SHA-2 includes significant changes from its predecessor, SHA-1. The SHA-2 family consists of six hash functions with digests (hash values) that are 224, 256, 384 or 512 bits: SHA-224, SHA-256, SHA-384, SHA-512, SHA-512/224, SHA-512/256. SHA-256 and SHA-512 are novel hash functions computed with eight 32-bit and 64-bit words, respectively. They use different shift amounts and additive constants, but their structures are otherwise virtually identical, differing only in the number of rounds. SHA-224 and SHA-384 are truncated versions of SHA-256 and SHA-512 respectively, computed with different initial values. SHA-512/224 and SHA-512/256 are also truncated versions of SHA-512, but the initial values are generated using the method described in Federal Information Processing Standards (FIPS) PUB 180-4.

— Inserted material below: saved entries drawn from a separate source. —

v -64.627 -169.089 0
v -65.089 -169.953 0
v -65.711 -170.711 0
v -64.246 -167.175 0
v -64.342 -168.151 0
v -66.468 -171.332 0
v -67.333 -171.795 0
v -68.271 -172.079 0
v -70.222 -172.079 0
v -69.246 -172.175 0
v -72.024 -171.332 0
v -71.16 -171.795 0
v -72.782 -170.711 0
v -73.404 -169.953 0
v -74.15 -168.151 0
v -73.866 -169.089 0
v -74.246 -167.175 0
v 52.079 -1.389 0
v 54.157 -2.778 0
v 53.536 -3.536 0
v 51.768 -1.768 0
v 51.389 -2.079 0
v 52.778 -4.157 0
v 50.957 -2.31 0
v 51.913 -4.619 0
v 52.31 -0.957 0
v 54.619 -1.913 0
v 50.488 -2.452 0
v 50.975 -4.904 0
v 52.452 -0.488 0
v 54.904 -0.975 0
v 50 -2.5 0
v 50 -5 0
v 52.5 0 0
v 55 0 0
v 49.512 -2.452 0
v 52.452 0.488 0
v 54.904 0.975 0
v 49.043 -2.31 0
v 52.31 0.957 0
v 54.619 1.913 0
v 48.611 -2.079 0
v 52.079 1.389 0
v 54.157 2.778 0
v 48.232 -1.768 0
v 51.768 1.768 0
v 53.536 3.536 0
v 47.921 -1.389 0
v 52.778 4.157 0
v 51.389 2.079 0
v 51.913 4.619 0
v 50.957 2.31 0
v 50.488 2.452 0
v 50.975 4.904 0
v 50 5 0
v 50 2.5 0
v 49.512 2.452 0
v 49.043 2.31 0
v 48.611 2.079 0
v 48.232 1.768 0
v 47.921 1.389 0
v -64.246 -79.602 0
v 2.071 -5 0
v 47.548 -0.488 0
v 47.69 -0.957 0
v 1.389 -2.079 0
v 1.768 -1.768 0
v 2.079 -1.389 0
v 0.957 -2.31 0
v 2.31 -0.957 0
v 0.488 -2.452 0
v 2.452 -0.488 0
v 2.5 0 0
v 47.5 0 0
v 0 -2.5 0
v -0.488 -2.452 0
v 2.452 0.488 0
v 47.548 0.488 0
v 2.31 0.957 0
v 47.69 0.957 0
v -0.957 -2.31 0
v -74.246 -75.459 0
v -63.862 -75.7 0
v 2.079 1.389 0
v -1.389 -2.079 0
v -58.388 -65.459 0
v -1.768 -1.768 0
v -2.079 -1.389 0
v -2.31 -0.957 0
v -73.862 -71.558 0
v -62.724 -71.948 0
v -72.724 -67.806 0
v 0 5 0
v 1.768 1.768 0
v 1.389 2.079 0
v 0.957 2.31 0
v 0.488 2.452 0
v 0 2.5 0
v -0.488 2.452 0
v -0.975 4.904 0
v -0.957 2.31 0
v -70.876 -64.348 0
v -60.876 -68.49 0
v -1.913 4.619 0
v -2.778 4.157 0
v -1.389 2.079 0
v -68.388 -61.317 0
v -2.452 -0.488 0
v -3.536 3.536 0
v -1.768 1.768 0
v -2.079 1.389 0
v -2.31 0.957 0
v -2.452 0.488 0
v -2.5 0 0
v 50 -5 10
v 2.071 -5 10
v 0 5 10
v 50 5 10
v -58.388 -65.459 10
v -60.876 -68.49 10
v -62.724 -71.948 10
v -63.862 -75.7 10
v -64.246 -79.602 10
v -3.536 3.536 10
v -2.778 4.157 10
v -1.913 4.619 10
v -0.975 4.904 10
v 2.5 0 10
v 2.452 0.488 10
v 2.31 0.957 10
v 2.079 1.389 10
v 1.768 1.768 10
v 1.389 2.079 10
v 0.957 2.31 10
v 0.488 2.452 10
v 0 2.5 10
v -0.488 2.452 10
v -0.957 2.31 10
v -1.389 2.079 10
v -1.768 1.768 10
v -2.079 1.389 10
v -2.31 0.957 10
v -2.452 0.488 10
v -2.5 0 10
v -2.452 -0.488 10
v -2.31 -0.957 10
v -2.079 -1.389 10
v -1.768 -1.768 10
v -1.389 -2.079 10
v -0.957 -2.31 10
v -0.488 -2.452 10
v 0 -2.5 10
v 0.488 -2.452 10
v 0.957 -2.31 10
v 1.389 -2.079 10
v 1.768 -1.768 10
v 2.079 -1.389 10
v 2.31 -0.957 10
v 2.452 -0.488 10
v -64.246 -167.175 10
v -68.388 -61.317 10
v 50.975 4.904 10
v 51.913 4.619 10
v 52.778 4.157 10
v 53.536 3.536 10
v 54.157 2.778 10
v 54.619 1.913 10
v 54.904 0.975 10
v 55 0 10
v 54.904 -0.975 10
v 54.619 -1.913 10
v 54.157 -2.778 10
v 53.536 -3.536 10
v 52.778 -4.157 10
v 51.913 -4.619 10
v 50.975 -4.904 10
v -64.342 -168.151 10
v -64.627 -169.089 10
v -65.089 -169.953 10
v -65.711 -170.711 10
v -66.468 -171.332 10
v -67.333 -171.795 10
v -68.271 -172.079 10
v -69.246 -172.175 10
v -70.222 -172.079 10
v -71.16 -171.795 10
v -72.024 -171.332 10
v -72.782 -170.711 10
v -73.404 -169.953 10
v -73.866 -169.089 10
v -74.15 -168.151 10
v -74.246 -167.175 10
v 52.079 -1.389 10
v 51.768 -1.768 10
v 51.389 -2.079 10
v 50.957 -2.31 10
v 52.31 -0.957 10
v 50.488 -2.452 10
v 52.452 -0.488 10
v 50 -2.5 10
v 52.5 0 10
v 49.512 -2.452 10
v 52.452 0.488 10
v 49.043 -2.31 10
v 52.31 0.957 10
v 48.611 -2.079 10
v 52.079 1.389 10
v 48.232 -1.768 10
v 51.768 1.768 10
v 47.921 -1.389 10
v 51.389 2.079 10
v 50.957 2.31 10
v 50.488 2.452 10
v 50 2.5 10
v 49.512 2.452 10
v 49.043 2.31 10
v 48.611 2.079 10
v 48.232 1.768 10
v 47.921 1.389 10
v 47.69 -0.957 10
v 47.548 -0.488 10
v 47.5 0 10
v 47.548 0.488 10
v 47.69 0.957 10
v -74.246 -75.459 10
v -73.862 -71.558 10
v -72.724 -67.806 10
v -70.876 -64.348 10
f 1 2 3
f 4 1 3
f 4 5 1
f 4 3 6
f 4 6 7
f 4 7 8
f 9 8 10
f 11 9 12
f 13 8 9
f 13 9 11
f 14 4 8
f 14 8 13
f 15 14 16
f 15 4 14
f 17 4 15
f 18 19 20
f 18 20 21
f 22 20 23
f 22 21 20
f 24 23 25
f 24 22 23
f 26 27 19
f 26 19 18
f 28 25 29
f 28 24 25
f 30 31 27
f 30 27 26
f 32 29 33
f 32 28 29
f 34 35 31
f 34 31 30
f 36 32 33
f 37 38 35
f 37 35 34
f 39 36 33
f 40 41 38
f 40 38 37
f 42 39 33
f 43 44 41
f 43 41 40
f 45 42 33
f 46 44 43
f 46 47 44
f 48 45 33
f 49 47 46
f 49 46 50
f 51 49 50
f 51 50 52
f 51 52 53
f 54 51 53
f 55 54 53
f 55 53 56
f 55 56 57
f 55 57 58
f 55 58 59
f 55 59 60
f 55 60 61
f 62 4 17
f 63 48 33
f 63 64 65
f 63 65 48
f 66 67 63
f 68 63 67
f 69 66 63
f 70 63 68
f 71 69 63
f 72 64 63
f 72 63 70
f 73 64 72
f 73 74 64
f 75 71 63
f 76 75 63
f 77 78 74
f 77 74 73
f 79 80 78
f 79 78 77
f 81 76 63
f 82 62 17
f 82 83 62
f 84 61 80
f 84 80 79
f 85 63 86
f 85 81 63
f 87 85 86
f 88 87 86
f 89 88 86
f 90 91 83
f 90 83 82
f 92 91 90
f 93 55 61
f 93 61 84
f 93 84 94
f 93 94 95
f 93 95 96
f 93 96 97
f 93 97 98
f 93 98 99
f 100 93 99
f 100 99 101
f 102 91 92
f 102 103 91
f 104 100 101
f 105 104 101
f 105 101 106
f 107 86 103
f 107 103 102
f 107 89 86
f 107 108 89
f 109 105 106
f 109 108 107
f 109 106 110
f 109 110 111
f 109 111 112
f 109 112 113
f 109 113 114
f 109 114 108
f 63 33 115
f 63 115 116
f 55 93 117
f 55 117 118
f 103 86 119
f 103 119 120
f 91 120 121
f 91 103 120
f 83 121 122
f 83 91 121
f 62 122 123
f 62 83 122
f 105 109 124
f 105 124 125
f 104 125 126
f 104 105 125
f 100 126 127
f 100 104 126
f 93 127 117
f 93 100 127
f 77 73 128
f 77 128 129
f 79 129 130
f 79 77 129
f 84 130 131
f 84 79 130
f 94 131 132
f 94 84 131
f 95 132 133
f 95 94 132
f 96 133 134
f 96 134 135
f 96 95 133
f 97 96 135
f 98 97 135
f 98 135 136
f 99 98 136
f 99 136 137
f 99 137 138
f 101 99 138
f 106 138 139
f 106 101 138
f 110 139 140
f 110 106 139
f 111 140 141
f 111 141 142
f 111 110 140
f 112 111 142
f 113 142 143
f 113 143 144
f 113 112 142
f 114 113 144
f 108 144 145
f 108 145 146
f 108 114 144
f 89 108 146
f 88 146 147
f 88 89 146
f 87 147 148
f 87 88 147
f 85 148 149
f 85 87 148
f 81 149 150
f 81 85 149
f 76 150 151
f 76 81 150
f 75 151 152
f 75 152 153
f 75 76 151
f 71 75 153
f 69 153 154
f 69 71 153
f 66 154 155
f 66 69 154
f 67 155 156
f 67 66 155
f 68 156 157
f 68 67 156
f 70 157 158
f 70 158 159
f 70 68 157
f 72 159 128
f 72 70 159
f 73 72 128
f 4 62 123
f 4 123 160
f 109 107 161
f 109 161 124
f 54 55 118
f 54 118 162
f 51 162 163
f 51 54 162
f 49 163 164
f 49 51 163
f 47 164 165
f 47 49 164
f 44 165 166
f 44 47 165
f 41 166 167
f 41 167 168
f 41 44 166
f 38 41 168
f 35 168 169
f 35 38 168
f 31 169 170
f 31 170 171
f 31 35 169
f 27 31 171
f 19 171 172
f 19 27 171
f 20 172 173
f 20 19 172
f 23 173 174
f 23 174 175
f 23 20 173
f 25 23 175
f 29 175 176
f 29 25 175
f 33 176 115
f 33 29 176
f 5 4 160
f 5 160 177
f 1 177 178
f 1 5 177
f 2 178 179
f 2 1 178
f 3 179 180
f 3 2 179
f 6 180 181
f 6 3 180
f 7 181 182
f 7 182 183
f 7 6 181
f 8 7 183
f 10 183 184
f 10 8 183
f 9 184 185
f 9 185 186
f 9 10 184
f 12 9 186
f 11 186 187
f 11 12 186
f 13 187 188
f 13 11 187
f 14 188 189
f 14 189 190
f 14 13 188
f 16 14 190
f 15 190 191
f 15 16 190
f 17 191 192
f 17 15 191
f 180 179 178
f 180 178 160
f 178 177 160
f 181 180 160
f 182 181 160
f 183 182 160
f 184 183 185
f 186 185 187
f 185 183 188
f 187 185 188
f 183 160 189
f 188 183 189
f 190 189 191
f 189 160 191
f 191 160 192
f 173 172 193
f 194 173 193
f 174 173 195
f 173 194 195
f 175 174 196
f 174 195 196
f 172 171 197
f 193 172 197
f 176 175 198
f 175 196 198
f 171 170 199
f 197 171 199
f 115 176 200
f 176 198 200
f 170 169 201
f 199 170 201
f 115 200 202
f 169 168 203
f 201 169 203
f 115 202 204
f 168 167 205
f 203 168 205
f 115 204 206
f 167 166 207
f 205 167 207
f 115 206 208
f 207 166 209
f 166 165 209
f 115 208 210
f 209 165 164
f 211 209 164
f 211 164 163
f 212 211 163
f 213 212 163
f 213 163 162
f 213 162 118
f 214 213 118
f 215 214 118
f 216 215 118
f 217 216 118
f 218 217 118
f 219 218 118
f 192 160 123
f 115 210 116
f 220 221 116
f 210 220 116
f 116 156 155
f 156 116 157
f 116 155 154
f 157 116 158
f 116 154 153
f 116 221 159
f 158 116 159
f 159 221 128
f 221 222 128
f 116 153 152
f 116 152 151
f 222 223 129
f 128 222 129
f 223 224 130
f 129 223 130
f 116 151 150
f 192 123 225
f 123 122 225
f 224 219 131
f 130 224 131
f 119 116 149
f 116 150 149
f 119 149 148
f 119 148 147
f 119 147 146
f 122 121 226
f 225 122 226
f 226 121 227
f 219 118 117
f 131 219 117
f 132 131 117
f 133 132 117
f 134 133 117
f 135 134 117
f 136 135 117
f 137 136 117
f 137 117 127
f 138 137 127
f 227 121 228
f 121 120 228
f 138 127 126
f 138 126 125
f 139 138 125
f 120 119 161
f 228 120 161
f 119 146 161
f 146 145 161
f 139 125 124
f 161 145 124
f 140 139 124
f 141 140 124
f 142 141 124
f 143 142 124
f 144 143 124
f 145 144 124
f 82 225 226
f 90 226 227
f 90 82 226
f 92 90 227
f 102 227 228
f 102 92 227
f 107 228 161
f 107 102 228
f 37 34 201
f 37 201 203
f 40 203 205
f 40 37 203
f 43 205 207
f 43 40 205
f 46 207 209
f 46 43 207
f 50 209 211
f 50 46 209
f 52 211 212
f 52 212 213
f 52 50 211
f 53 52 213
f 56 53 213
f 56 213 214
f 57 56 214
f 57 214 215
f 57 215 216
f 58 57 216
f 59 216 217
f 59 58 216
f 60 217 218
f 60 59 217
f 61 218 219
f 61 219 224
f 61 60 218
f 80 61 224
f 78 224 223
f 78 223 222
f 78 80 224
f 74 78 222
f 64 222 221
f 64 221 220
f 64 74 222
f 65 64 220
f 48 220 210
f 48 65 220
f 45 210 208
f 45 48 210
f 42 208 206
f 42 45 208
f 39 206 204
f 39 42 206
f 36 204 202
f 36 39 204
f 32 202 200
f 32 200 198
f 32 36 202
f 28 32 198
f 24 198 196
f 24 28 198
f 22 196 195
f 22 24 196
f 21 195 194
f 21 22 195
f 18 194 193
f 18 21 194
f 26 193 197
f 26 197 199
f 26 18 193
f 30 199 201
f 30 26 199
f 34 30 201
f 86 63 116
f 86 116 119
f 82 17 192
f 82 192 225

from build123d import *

# Parameters (mm, degrees)
SKETCH3_R           = 2.5
BOSS_EXTRUDE1_DEPTH = 10


with BuildPart() as part:
    # Sketch3 → Boss-Extrude1 (new body)
    with BuildSketch(Plane.XY):
        with BuildLine():
            Line((0, 5), (50, 5))
            ThreePointArc((50, 5), (55, 0), (50, -5))
            Line((50, -5), (2.071067812, -5))
            Line((2.071067812, -5), (-58.388347648, -65.45941546))
            ThreePointArc((-58.388347648, -65.45941546), (-62.723802675, -71.947882437), (-64.246212025, -79.601551084))
            Line((-64.246212025, -79.601551084), (-64.246212025, -167.175144213))
            ThreePointArc((-64.246212025, -167.175144213), (-69.246212025, -172.175144213), (-74.246212025, -167.175144213))
            Line((-74.246212025, -167.175144213), (-74.246212025, -75.45941546))
            ThreePointArc((-74.246212025, -75.45941546), (-72.723802675, -67.805746813), (-68.388347648, -61.317279836))
            Line((-68.388347648, -61.317279836), (-3.535533906, 3.535533906))
            ThreePointArc((-3.535533906, 3.535533906), (-1.913417162, 4.619397663), (0, 5))
        make_face()
        Circle(SKETCH3_R, mode=Mode.SUBTRACT)
        with Locations((50, 0)):
            Circle(SKETCH3_R, mode=Mode.SUBTRACT)
    extrude(amount=BOSS_EXTRUDE1_DEPTH)


solid = part.part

SHA has libraries for many programming languages and can be used with [OpenSSL](../applications/OpenSSL.md) or the `shasum` command.
## Purpose
Hash functions play a crucial role in [cryptography](Cryptography.md) and information security. They take an input (or message) and produce a fixed-size string of characters, which is typically a digest or hash value. The primary purposes of SHA hash functions include:
1. **Data Integrity**: Hash functions ensure the integrity of data by generating a unique hash value for a given input. Any change in the input data will result in a completely different hash, making it easy to detect alterations.
2. **Digital Signatures**: SHA is often used in conjunction with digital signatures to create a secure and verifiable way of confirming the origin and integrity of a message or document.
3. **Password Storage**: Hash functions are employed to store passwords securely. Instead of storing the actual password, systems store the hash of the password, making it more challenging for attackers to obtain the original passwords.